[Stored items from a collection]

:::::

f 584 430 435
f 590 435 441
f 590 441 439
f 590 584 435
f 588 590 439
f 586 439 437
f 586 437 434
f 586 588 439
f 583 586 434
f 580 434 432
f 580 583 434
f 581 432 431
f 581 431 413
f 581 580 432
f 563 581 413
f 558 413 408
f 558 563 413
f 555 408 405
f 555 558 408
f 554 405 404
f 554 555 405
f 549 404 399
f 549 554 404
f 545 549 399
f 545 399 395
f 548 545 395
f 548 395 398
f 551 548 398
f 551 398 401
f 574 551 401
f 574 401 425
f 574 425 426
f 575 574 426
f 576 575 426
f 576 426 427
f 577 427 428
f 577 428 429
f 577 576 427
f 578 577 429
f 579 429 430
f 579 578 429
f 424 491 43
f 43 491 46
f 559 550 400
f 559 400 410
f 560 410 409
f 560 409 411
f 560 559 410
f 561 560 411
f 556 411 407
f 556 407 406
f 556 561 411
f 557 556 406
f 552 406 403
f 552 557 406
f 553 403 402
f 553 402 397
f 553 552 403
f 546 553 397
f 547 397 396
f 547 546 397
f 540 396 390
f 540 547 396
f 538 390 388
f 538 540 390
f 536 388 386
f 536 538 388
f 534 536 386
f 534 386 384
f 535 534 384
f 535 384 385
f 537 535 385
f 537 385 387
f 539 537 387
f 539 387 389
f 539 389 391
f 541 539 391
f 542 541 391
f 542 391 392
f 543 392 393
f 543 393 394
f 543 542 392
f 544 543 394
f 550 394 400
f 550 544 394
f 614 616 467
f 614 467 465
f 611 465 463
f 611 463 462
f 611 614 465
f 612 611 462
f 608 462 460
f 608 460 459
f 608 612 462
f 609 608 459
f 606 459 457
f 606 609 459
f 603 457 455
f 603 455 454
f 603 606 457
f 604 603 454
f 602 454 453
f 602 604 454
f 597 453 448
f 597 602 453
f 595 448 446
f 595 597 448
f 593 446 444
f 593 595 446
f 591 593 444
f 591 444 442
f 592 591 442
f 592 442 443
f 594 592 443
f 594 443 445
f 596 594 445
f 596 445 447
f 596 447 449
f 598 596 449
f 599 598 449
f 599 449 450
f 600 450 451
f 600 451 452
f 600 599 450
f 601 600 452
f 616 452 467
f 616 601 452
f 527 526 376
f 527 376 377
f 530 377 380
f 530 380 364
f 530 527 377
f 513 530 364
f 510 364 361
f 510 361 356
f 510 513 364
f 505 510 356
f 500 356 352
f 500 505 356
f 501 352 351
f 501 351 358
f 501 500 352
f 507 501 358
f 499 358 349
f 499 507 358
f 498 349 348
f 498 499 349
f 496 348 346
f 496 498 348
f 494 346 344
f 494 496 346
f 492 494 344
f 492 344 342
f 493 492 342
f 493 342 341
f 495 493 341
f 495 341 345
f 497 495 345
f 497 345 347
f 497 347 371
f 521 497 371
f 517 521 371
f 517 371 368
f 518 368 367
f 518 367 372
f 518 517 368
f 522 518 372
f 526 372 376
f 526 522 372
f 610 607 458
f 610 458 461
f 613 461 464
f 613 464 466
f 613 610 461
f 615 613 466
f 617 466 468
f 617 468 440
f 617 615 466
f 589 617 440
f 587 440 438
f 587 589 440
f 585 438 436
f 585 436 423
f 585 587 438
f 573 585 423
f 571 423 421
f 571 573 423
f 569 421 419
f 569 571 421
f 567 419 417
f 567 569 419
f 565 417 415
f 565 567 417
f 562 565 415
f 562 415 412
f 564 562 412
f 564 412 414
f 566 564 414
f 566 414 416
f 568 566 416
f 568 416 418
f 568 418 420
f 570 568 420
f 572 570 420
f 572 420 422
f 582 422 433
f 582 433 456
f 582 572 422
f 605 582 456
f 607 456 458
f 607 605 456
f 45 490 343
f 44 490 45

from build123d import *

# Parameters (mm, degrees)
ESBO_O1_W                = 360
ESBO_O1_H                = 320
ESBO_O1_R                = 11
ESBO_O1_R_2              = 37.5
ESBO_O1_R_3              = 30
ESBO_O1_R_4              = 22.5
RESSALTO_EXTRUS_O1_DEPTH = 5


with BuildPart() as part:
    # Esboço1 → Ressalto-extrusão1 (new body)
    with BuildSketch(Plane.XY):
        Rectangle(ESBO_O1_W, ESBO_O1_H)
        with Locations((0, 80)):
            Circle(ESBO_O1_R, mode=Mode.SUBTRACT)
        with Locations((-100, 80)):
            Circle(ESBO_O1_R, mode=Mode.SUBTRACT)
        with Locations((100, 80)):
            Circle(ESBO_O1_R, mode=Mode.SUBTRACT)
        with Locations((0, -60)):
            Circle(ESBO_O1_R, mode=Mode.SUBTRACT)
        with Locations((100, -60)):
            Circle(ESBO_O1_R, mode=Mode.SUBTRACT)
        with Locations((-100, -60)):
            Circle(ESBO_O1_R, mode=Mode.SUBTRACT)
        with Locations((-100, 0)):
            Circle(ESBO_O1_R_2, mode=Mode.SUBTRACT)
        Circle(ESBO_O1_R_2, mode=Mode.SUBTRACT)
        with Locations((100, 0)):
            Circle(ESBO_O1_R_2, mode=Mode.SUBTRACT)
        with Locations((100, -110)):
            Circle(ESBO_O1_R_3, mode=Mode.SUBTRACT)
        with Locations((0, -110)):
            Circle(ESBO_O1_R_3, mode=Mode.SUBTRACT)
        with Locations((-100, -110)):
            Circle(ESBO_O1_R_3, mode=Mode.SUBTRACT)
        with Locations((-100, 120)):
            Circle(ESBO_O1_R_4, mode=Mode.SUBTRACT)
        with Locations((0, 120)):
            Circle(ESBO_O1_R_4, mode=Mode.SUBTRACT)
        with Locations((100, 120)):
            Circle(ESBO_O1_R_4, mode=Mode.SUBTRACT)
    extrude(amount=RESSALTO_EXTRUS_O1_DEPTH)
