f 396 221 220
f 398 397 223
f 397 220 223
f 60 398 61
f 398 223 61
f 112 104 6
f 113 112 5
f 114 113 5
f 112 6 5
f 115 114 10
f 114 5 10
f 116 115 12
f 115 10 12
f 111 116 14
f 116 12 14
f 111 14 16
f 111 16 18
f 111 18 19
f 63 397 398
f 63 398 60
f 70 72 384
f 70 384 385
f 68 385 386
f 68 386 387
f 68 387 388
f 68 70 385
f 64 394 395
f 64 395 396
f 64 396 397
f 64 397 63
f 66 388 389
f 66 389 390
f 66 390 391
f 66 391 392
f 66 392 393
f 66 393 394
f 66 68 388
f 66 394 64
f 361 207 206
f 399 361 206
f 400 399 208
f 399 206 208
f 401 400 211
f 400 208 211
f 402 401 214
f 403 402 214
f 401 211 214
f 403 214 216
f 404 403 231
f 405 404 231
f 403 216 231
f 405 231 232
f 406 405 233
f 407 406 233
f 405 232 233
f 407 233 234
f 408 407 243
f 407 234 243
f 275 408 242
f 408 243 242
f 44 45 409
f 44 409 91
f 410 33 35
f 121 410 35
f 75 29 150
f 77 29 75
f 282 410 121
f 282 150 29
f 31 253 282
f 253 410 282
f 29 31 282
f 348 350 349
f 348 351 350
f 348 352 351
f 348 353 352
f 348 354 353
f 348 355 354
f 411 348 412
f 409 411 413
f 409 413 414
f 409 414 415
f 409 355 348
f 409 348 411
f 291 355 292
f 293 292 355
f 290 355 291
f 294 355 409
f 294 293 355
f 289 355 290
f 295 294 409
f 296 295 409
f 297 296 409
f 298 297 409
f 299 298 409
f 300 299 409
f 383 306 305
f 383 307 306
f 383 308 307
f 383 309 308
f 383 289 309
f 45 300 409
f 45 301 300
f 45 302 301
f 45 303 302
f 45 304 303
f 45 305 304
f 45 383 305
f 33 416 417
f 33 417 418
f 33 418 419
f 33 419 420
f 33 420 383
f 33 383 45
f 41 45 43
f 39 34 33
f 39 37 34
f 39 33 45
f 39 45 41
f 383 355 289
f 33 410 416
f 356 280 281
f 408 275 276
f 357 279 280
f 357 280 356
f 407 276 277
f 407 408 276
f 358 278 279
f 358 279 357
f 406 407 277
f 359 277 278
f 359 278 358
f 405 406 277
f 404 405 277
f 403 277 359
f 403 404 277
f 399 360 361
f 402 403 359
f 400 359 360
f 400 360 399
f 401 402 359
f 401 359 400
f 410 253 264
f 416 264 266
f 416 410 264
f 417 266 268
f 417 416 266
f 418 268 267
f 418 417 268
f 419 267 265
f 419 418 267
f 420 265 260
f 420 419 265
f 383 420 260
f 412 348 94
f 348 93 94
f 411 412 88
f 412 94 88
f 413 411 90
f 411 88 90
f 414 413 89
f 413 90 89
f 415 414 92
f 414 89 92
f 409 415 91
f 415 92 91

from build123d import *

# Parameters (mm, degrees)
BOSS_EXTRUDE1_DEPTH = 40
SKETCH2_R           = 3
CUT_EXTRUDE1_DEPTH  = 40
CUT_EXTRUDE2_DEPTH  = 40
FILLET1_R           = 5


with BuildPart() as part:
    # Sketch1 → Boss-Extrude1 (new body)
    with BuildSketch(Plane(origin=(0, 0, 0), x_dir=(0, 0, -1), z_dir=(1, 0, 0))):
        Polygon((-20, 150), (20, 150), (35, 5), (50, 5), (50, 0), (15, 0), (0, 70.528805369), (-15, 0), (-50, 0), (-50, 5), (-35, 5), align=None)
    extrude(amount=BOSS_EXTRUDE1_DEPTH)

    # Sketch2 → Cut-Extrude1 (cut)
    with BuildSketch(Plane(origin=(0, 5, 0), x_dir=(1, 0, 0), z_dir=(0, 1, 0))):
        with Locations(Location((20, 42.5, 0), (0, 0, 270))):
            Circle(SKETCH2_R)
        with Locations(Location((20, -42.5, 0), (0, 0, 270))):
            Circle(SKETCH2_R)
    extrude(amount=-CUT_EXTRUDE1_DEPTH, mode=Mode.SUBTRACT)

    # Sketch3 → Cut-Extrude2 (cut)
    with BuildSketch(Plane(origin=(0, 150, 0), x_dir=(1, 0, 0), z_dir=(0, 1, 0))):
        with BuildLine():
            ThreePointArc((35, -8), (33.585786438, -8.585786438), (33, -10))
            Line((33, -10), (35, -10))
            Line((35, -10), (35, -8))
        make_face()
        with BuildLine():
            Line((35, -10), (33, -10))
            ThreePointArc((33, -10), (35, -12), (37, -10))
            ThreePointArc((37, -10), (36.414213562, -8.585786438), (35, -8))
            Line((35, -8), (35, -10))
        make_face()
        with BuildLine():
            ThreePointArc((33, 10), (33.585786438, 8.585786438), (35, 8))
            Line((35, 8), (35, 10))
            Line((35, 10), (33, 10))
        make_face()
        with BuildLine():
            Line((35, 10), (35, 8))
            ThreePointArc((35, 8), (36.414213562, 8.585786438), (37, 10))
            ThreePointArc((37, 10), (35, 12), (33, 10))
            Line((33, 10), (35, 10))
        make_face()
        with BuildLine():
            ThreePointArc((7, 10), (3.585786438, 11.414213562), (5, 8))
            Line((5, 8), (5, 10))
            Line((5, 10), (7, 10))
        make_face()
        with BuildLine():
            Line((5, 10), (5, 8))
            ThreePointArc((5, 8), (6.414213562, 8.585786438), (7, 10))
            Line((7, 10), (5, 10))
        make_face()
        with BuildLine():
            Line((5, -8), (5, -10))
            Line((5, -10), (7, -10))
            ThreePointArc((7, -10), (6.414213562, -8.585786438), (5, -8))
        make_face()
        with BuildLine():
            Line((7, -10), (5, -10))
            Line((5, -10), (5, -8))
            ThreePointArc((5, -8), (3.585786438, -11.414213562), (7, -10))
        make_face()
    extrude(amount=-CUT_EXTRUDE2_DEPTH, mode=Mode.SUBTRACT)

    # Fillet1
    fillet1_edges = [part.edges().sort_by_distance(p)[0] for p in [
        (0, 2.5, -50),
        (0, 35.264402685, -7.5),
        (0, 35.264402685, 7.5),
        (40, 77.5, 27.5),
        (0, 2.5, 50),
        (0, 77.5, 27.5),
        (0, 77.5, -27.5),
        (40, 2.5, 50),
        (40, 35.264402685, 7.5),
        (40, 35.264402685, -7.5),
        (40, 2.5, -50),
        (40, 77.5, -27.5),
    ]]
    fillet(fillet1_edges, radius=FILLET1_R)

:::::

* **WHAT THIS TASK INVOLVES**: Please write out, exactly as they appear above, only the lines in the stretch from the line with "f 409 413 414" through the line with "extrude(amount=BOSS_EXTRUDE1_DEPTH)".

* **FINAL ANSWER**:
f 409 413 414
f 409 414 415
f 409 355 348
f 409 348 411
f 291 355 292
f 293 292 355
f 290 355 291
f 294 355 409
f 294 293 355
f 289 355 290
f 295 294 409
f 296 295 409
f 297 296 409
f 298 297 409
f 299 298 409
f 300 299 409
f 383 306 305
f 383 307 306
f 383 308 307
f 383 309 308
f 383 289 309
f 45 300 409
f 45 301 300
f 45 302 301
f 45 303 302
f 45 304 303
f 45 305 304
f 45 383 305
f 33 416 417
f 33 417 418
f 33 418 419
f 33 419 420
f 33 420 383
f 33 383 45
f 41 45 43
f 39 34 33
f 39 37 34
f 39 33 45
f 39 45 41
f 383 355 289
f 33 410 416
f 356 280 281
f 408 275 276
f 357 279 280
f 357 280 356
f 407 276 277
f 407 408 276
f 358 278 279
f 358 279 357
f 406 407 277
f 359 277 278
f 359 278 358
f 405 406 277
f 404 405 277
f 403 277 359
f 403 404 277
f 399 360 361
f 402 403 359
f 400 359 360
f 400 360 399
f 401 402 359
f 401 359 400
f 410 253 264
f 416 264 266
f 416 410 264
f 417 266 268
f 417 416 266
f 418 268 267
f 418 417 268
f 419 267 265
f 419 418 267
f 420 265 260
f 420 419 265
f 383 420 260
f 412 348 94
f 348 93 94
f 411 412 88
f 412 94 88
f 413 411 90
f 411 88 90
f 414 413 89
f 413 90 89
f 415 414 92
f 414 89 92
f 409 415 91
f 415 92 91

from build123d import *

# Parameters (mm, degrees)
BOSS_EXTRUDE1_DEPTH = 40
SKETCH2_R           = 3
CUT_EXTRUDE1_DEPTH  = 40
CUT_EXTRUDE2_DEPTH  = 40
FILLET1_R           = 5


with BuildPart() as part:
    # Sketch1 → Boss-Extrude1 (new body)
    with BuildSketch(Plane(origin=(0, 0, 0), x_dir=(0, 0, -1), z_dir=(1, 0, 0))):
        Polygon((-20, 150), (20, 150), (35, 5), (50, 5), (50, 0), (15, 0), (0, 70.528805369), (-15, 0), (-50, 0), (-50, 5), (-35, 5), align=None)
    extrude(amount=BOSS_EXTRUDE1_DEPTH)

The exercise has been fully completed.